Saved data entries:
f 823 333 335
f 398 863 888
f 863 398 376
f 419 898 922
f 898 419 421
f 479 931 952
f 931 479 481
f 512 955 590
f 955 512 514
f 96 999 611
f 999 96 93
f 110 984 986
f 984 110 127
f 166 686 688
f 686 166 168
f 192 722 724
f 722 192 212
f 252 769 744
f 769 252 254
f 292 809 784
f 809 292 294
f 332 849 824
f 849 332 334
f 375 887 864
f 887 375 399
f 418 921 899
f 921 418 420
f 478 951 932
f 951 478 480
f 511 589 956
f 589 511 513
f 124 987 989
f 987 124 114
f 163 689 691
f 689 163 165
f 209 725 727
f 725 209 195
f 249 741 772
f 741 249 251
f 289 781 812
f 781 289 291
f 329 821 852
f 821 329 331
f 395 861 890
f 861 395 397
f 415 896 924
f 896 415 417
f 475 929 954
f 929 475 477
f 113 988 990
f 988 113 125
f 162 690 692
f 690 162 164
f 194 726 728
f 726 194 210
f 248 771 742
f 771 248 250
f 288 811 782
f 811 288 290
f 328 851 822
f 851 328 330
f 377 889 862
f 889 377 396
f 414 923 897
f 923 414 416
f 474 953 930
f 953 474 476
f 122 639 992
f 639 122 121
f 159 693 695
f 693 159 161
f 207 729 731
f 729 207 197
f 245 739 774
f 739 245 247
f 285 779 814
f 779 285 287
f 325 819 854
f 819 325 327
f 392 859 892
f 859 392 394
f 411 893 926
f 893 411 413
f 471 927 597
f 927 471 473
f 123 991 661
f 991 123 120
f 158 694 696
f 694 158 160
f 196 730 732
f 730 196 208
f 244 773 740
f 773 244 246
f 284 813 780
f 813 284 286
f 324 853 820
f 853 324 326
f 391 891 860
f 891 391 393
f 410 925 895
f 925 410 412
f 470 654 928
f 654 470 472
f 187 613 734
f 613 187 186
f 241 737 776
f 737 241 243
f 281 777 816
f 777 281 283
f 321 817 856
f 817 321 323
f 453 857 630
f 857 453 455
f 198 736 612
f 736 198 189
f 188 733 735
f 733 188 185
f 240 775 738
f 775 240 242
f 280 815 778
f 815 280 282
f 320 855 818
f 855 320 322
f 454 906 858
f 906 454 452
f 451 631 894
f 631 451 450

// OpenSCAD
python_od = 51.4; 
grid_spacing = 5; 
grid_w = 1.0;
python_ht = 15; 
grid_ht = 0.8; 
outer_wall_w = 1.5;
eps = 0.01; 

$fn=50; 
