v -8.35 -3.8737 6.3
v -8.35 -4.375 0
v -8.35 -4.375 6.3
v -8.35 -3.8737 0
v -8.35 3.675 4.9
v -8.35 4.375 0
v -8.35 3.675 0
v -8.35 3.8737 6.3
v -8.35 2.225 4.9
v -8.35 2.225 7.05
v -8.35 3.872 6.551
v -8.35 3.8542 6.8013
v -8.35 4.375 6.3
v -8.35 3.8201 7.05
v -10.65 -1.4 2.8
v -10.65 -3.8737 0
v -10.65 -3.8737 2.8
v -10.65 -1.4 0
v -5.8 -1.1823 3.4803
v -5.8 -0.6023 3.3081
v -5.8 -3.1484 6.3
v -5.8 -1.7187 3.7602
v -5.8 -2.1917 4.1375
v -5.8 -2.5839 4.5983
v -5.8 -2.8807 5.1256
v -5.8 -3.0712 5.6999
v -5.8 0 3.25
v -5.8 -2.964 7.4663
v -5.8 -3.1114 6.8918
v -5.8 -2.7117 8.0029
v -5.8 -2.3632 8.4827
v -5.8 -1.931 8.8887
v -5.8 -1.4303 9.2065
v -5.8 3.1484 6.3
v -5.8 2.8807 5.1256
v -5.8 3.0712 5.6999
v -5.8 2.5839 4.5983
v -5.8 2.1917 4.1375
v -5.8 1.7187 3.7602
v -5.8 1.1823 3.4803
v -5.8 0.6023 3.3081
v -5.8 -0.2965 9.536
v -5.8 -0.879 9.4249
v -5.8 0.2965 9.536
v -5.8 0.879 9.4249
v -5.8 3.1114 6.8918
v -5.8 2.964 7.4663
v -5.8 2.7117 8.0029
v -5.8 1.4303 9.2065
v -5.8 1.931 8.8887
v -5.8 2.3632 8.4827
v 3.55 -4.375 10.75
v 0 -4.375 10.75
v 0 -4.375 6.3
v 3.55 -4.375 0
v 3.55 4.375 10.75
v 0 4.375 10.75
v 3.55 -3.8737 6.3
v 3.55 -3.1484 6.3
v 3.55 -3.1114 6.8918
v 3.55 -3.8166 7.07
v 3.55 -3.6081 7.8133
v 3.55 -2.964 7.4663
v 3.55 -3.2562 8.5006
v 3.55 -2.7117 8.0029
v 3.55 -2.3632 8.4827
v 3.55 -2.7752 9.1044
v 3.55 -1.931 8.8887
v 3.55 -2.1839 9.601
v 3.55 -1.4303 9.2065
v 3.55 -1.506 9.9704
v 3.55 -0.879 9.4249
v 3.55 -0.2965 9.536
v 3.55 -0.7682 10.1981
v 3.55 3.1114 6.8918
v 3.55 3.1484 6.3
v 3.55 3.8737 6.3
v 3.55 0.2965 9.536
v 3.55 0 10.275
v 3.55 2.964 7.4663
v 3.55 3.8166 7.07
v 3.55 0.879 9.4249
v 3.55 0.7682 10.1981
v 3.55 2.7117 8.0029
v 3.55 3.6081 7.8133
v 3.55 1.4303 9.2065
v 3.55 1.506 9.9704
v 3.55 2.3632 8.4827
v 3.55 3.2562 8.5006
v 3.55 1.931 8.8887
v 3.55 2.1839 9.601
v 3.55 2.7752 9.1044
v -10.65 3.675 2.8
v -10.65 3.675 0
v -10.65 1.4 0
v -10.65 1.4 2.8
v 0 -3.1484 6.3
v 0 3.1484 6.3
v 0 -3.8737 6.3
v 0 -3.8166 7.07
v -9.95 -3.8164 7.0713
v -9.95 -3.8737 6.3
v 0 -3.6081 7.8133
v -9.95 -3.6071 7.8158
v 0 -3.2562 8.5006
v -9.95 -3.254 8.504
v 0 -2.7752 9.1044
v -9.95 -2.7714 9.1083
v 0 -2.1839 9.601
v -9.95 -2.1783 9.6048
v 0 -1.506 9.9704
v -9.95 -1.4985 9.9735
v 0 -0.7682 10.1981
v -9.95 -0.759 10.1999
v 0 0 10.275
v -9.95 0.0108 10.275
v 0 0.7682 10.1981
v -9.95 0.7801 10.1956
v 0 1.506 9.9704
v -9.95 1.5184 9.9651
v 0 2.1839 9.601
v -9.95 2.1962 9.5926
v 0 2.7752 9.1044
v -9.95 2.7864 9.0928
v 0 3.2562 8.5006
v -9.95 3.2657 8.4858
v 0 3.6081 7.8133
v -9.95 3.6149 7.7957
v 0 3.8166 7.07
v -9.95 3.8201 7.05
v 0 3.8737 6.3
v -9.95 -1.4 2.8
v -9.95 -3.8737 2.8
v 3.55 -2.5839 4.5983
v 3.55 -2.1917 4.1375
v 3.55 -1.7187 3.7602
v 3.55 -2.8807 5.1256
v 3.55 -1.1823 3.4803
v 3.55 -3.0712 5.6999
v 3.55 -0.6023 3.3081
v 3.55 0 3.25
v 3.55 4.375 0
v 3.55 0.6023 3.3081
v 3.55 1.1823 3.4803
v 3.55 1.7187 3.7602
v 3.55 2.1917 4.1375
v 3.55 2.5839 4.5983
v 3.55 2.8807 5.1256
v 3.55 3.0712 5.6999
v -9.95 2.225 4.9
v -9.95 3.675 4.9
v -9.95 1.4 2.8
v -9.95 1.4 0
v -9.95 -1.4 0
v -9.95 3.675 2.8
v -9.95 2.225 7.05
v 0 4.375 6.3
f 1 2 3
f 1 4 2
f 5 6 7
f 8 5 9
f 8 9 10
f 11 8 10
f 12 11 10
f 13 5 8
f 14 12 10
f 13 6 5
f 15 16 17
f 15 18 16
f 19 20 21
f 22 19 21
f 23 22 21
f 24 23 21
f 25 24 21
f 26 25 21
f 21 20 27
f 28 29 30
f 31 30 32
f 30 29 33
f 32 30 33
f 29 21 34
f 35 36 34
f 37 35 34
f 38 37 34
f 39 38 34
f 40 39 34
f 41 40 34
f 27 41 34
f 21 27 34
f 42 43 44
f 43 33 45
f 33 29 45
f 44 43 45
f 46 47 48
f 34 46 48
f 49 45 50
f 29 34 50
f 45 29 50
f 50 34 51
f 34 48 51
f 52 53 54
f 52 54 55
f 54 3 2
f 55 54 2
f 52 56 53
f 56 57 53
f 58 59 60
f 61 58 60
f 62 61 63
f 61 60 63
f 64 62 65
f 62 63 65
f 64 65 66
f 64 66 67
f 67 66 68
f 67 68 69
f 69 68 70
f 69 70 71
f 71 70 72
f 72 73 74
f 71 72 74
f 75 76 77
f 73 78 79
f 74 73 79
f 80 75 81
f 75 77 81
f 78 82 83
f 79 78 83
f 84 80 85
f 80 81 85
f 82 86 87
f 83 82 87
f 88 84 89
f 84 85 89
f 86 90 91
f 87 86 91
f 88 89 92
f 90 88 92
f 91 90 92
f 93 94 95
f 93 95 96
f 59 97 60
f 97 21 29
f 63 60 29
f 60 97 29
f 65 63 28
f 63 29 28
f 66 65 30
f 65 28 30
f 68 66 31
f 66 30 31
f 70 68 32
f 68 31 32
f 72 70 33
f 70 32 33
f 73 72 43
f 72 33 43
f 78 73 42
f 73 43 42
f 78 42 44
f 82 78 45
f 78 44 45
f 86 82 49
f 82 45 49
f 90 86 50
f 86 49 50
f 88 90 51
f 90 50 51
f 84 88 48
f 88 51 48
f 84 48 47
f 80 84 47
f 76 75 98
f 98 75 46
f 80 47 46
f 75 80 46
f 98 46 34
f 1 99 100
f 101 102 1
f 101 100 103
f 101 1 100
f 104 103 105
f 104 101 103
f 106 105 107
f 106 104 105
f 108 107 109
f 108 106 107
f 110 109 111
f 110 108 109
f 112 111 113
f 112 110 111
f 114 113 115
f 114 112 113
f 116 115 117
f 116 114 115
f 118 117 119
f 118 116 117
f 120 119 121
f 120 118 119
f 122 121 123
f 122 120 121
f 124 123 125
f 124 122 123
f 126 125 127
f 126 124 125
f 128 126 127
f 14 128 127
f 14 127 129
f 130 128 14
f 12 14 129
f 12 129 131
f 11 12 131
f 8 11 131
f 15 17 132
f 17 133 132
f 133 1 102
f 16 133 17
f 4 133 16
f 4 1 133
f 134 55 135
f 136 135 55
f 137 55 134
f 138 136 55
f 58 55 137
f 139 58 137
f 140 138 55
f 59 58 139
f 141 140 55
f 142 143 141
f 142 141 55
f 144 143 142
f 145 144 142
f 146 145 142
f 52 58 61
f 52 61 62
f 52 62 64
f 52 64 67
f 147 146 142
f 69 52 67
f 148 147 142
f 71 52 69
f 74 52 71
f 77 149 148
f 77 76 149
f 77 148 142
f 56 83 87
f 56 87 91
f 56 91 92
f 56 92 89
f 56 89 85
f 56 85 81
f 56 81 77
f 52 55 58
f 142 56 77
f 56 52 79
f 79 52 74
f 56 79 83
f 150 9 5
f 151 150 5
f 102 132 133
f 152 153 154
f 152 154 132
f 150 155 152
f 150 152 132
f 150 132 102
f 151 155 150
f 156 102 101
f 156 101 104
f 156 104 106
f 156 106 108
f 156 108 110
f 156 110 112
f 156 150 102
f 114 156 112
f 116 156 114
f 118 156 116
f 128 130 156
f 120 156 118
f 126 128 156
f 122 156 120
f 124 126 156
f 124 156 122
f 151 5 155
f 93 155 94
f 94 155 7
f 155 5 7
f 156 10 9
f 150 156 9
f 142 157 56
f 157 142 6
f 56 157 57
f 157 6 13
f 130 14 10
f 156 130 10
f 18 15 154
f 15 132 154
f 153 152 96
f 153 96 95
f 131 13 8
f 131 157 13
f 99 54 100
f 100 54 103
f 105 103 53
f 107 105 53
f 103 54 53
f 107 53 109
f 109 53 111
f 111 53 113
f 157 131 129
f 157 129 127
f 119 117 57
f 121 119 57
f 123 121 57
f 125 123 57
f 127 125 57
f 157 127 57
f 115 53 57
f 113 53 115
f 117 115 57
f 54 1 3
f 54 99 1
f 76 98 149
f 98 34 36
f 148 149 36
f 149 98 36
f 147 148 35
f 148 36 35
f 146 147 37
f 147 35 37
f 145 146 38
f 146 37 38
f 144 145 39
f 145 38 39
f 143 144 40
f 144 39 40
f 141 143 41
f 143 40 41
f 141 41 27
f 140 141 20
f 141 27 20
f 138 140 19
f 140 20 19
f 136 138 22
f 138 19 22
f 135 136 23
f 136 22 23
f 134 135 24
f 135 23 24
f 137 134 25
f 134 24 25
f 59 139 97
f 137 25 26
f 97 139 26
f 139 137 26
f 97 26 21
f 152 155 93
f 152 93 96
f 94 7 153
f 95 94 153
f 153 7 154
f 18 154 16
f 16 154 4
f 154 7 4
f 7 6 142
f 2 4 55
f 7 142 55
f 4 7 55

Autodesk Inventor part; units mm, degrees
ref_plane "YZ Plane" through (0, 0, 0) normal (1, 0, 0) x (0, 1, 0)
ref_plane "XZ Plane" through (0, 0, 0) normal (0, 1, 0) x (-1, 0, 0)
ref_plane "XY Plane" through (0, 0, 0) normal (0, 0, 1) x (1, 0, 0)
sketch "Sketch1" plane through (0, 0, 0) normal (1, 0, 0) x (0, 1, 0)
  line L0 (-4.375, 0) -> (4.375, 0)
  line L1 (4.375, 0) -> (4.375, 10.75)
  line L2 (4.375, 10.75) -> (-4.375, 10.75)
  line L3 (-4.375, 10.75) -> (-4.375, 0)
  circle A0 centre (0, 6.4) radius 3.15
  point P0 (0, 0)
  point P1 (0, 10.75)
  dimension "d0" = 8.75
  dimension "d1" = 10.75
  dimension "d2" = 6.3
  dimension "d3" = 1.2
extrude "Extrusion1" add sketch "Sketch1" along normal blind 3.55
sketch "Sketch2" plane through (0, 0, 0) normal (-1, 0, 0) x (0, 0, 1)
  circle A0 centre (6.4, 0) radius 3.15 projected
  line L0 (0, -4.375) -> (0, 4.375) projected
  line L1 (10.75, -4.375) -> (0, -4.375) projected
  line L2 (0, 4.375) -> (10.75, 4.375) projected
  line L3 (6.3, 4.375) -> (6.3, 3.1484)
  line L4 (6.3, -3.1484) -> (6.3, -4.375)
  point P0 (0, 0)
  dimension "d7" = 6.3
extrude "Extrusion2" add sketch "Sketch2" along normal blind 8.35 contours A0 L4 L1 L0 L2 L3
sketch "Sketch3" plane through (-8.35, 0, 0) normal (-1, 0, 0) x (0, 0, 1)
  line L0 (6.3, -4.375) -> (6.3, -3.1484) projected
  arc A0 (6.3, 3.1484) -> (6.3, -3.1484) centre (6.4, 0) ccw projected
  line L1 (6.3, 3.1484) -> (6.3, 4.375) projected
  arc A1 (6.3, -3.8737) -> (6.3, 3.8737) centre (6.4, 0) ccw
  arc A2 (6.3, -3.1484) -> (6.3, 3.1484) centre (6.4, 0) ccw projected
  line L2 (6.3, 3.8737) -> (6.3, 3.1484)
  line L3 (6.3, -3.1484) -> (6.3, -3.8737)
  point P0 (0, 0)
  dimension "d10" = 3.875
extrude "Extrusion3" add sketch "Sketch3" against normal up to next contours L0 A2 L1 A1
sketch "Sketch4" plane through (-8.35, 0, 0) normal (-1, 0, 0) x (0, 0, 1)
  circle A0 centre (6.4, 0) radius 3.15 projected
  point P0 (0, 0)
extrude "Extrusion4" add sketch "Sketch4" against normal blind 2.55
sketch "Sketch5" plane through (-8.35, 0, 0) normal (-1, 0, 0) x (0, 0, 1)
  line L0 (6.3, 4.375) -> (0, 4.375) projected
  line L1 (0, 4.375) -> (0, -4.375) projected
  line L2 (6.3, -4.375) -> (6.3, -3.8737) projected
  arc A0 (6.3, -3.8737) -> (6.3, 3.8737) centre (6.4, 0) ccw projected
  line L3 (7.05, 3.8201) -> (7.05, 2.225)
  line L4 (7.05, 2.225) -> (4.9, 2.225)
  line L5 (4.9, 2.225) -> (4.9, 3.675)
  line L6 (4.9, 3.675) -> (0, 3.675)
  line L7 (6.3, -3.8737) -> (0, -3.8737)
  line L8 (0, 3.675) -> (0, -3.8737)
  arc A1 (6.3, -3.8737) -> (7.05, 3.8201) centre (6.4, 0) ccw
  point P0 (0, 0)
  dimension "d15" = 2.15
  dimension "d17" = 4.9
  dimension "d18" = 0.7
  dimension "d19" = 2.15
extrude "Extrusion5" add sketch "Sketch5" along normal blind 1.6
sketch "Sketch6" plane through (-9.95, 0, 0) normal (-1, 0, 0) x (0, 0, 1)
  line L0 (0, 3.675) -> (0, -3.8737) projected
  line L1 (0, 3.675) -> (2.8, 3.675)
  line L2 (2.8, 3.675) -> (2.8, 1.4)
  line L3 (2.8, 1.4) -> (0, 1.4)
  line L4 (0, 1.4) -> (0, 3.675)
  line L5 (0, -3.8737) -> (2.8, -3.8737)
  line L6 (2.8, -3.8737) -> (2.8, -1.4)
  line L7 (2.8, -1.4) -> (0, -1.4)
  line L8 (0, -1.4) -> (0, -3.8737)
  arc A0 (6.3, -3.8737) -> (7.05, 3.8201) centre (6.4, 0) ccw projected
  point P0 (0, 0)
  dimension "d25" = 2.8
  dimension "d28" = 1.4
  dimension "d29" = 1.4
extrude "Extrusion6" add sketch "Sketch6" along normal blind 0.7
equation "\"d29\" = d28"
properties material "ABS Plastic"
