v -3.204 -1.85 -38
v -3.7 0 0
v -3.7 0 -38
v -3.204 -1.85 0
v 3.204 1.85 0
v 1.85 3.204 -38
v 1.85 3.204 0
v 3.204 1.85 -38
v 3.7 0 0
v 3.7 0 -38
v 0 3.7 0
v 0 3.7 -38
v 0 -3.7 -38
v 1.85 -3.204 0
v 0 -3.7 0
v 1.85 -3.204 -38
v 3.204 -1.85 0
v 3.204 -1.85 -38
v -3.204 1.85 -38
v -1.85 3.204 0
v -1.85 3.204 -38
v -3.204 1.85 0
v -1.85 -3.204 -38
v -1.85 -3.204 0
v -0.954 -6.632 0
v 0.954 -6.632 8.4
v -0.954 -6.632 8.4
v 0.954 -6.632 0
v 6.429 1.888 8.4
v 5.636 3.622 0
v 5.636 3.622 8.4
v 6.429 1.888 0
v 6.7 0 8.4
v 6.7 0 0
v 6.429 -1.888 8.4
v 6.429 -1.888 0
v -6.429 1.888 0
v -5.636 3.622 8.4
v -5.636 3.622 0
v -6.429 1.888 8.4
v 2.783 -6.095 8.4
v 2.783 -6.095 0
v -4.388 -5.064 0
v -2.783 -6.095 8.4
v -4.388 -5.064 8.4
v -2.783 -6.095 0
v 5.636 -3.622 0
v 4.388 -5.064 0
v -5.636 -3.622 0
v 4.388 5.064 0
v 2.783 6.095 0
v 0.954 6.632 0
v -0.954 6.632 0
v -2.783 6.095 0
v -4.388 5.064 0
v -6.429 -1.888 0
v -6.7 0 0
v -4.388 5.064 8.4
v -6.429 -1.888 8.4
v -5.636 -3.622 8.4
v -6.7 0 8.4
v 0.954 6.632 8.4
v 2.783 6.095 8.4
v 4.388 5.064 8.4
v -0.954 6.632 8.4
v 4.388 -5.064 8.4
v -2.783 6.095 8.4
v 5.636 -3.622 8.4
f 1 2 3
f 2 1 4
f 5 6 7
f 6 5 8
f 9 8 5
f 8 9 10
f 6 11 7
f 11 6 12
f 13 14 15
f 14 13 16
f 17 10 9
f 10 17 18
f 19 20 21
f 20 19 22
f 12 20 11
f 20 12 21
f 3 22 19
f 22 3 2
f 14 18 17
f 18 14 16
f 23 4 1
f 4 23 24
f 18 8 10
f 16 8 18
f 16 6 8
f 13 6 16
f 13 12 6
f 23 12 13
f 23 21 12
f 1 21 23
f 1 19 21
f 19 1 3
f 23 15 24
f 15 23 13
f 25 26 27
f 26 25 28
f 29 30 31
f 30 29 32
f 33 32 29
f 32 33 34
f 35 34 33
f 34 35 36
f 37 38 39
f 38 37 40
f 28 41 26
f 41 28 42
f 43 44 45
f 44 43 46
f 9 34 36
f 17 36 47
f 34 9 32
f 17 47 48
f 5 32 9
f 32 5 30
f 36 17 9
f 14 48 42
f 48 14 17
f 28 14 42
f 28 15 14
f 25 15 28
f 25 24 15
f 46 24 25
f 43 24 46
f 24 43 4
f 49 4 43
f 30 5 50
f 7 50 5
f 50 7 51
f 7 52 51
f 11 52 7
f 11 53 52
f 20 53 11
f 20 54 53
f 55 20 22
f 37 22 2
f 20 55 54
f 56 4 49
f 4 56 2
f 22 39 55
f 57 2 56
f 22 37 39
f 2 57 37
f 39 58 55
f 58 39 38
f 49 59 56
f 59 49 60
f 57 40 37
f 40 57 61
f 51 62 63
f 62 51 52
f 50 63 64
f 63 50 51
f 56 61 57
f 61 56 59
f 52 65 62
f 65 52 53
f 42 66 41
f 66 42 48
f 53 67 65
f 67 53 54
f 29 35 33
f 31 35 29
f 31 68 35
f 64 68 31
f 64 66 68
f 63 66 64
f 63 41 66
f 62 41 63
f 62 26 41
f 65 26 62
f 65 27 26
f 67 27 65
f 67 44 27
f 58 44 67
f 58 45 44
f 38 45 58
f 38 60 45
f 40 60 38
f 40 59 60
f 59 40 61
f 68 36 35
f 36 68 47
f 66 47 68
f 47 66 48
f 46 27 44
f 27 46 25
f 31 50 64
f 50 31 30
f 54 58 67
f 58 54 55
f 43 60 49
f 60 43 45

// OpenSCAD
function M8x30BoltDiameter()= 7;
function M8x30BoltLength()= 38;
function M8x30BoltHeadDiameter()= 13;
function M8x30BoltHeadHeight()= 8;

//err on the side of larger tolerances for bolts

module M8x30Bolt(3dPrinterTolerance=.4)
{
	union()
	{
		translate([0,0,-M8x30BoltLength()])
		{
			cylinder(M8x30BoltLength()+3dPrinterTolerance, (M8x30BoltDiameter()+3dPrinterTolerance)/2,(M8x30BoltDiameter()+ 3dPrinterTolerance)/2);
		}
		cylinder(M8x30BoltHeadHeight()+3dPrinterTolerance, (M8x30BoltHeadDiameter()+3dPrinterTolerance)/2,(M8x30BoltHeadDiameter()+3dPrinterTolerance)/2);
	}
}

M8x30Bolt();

Task description >> Take the lines above from the one containing "v -4.388 -5.064 0" down to the one containing "v -0.954 6.632 8.4", and transcribe them exactly, both ends included.

Answer to this exercise >>
v -4.388 -5.064 0
v -2.783 -6.095 8.4
v -4.388 -5.064 8.4
v -2.783 -6.095 0
v 5.636 -3.622 0
v 4.388 -5.064 0
v -5.636 -3.622 0
v 4.388 5.064 0
v 2.783 6.095 0
v 0.954 6.632 0
v -0.954 6.632 0
v -2.783 6.095 0
v -4.388 5.064 0
v -6.429 -1.888 0
v -6.7 0 0
v -4.388 5.064 8.4
v -6.429 -1.888 8.4
v -5.636 -3.622 8.4
v -6.7 0 8.4
v 0.954 6.632 8.4
v 2.783 6.095 8.4
v 4.388 5.064 8.4
v -0.954 6.632 8.4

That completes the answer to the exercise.